#### Directions
Within the material below, locate the line with "#59=AXIS2_PLACEMENT_3D('',#58,#16,#17);" and the line with "#78=CARTESIAN_POINT('',(0.,5.,-28.));", then return those two lines and all lines between them, exactly as written.

#### Record set

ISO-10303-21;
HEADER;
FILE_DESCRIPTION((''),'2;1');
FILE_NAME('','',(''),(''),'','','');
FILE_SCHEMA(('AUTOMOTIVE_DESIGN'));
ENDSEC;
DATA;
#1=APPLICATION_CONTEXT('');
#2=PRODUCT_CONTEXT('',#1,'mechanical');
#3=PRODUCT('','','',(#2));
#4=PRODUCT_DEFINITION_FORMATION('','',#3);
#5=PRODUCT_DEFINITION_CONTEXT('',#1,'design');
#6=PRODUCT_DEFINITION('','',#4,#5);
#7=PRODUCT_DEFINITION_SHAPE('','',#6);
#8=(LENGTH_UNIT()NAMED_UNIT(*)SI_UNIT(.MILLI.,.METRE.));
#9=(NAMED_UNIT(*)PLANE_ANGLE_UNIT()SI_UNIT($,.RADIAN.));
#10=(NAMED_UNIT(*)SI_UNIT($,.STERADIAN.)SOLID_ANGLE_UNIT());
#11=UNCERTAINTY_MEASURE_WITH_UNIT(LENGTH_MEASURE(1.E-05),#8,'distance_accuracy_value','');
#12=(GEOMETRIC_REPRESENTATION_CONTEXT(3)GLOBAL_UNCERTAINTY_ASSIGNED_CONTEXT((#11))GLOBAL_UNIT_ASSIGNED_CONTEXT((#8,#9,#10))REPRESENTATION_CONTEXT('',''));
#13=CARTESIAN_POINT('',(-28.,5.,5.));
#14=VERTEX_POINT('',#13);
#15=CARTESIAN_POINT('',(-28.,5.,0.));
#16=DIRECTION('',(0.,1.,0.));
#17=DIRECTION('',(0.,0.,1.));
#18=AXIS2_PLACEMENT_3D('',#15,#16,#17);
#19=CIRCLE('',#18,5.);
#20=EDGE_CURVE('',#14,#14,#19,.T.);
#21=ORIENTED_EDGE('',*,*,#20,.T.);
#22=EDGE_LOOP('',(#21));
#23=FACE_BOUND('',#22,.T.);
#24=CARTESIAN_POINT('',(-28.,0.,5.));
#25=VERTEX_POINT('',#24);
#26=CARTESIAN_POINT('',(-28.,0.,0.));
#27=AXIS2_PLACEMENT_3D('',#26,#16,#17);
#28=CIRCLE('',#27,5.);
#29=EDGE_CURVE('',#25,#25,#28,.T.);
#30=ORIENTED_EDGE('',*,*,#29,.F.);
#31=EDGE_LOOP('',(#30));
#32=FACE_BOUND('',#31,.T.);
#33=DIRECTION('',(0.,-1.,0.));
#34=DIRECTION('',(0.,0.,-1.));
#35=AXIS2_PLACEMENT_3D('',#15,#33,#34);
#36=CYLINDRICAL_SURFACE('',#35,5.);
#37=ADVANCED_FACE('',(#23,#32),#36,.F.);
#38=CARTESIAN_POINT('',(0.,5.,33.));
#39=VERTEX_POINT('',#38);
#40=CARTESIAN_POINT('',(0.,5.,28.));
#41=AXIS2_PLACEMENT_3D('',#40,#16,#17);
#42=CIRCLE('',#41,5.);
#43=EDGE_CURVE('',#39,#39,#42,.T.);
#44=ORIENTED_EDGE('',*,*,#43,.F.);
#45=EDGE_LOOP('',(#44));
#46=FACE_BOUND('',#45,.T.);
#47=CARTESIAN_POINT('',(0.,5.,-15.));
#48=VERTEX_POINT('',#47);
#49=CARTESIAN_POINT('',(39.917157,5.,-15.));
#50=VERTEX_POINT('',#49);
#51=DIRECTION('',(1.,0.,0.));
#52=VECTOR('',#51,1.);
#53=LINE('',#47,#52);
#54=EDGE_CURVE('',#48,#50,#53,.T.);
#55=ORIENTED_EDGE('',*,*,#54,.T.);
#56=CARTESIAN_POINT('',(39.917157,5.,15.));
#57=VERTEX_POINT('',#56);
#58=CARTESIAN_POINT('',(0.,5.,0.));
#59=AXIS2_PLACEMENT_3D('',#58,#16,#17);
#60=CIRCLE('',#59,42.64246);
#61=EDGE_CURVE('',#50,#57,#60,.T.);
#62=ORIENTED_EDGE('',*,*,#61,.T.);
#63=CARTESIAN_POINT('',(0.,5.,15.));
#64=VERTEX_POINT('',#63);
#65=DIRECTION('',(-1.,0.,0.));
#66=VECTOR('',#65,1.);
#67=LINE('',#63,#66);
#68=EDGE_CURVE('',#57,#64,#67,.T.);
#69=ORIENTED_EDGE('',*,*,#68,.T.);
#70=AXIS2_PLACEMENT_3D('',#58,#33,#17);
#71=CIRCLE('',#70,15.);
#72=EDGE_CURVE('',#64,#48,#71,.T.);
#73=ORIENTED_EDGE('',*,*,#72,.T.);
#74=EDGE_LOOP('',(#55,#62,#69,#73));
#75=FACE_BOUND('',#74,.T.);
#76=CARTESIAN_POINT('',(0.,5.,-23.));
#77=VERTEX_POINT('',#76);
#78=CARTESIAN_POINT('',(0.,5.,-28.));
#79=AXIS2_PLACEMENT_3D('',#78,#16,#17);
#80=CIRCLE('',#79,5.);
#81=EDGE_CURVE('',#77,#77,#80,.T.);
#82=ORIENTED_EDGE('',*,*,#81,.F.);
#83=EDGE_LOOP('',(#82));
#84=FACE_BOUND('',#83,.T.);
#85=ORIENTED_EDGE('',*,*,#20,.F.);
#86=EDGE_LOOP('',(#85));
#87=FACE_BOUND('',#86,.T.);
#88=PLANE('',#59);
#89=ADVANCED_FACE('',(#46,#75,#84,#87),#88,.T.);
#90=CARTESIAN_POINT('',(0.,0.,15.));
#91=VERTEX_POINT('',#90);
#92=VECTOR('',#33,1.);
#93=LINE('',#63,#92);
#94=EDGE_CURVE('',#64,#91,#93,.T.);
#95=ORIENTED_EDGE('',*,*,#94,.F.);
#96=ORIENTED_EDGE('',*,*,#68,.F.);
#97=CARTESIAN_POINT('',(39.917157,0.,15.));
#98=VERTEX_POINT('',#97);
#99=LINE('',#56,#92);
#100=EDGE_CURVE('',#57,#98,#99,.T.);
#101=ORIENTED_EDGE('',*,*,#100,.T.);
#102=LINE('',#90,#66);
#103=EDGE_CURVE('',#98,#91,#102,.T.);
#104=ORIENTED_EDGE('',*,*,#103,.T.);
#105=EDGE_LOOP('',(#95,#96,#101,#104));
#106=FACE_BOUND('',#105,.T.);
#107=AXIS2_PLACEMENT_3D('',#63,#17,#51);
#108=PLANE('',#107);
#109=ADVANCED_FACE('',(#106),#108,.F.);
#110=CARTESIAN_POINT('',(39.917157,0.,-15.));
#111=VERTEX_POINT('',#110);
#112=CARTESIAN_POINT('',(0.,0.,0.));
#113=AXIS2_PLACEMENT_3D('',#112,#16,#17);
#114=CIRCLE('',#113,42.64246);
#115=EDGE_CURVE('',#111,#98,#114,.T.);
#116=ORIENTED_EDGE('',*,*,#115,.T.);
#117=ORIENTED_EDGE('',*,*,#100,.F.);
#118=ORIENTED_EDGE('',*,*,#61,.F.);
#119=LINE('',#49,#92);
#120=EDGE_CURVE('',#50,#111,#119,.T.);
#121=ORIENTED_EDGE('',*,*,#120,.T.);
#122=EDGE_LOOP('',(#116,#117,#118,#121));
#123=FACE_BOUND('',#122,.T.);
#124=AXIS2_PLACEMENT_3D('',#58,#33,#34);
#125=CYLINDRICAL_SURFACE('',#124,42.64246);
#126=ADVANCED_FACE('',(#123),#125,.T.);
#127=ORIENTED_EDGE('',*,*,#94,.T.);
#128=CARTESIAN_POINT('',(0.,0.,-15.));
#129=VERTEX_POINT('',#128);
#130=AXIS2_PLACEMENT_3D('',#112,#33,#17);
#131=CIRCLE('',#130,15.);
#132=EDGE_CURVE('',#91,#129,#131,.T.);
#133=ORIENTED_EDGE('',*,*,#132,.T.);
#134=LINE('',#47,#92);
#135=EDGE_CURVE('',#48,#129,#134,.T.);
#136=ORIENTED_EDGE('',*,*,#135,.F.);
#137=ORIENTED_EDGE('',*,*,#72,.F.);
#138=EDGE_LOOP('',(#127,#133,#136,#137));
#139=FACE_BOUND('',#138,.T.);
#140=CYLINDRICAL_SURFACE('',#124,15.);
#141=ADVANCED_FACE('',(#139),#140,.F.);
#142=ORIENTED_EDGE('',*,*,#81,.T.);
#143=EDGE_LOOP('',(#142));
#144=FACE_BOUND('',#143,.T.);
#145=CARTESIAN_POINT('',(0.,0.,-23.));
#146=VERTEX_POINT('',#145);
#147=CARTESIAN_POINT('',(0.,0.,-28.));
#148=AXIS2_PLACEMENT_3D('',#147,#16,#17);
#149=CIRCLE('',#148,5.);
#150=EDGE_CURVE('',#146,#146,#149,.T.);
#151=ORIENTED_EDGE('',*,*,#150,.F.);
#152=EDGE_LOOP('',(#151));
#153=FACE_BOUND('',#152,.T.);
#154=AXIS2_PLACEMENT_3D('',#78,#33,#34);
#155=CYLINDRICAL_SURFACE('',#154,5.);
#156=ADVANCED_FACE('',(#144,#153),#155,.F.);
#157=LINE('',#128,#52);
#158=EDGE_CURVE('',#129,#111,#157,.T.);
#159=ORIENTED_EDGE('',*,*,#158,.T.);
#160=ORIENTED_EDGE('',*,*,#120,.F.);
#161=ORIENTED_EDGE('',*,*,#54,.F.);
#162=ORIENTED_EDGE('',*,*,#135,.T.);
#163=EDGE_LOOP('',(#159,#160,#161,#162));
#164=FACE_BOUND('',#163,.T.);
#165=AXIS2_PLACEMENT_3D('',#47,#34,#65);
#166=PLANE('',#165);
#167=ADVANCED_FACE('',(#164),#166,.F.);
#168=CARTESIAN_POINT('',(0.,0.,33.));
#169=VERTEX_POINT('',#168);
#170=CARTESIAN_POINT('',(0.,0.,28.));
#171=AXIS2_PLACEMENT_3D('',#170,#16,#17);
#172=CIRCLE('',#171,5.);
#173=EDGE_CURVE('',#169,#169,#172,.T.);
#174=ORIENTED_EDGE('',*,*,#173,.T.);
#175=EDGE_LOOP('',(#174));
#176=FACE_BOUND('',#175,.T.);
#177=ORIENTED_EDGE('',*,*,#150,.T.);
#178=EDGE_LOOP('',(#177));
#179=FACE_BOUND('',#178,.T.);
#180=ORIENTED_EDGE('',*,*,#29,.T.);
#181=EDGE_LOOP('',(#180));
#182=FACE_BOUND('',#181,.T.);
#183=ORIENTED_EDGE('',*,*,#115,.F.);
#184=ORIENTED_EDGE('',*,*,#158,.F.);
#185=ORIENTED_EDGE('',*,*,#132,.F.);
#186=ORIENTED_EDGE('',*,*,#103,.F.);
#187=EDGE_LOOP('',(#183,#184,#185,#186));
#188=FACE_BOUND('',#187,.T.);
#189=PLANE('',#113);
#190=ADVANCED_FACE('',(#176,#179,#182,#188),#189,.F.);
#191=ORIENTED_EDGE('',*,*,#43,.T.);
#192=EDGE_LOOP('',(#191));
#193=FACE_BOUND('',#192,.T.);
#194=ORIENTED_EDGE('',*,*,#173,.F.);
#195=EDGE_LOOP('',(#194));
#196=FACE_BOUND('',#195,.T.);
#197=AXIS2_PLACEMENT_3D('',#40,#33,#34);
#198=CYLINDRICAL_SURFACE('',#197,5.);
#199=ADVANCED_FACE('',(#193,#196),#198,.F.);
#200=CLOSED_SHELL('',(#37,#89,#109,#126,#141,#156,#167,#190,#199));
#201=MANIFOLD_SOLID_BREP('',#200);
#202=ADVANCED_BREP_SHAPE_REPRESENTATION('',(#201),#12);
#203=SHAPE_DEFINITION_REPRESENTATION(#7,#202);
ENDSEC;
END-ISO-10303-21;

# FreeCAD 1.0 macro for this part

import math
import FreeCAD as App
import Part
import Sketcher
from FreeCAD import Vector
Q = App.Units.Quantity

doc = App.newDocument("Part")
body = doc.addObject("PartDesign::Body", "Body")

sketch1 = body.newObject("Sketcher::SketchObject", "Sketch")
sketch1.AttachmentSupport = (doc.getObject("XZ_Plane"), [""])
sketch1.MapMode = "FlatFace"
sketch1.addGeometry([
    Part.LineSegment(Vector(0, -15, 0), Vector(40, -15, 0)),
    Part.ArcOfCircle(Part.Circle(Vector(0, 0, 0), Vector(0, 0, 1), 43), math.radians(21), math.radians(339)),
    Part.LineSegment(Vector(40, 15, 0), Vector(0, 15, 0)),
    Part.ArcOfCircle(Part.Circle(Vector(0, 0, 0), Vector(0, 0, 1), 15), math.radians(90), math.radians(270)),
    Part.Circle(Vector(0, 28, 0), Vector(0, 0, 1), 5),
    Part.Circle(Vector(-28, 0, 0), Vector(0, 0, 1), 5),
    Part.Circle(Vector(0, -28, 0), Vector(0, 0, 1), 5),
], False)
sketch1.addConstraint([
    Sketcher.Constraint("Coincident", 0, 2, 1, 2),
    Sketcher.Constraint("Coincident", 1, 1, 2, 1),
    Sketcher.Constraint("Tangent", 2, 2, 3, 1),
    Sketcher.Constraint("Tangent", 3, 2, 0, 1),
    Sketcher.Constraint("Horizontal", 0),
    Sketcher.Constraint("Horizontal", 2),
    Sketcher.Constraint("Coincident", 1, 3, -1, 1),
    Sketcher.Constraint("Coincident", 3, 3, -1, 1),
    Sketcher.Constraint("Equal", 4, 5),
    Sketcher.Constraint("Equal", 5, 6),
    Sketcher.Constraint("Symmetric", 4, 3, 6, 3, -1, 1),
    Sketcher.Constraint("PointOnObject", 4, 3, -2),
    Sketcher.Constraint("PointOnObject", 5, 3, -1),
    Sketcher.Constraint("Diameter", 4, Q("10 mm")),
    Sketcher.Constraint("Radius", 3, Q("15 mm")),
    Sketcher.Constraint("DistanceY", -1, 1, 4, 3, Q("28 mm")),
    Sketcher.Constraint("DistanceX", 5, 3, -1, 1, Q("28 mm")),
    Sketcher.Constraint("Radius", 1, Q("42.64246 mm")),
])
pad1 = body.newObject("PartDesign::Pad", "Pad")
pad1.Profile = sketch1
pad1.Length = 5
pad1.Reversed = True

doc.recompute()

#### Solution for this exercise
#59=AXIS2_PLACEMENT_3D('',#58,#16,#17);
#60=CIRCLE('',#59,42.64246);
#61=EDGE_CURVE('',#50,#57,#60,.T.);
#62=ORIENTED_EDGE('',*,*,#61,.T.);
#63=CARTESIAN_POINT('',(0.,5.,15.));
#64=VERTEX_POINT('',#63);
#65=DIRECTION('',(-1.,0.,0.));
#66=VECTOR('',#65,1.);
#67=LINE('',#63,#66);
#68=EDGE_CURVE('',#57,#64,#67,.T.);
#69=ORIENTED_EDGE('',*,*,#68,.T.);
#70=AXIS2_PLACEMENT_3D('',#58,#33,#17);
#71=CIRCLE('',#70,15.);
#72=EDGE_CURVE('',#64,#48,#71,.T.);
#73=ORIENTED_EDGE('',*,*,#72,.T.);
#74=EDGE_LOOP('',(#55,#62,#69,#73));
#75=FACE_BOUND('',#74,.T.);
#76=CARTESIAN_POINT('',(0.,5.,-23.));
#77=VERTEX_POINT('',#76);
#78=CARTESIAN_POINT('',(0.,5.,-28.));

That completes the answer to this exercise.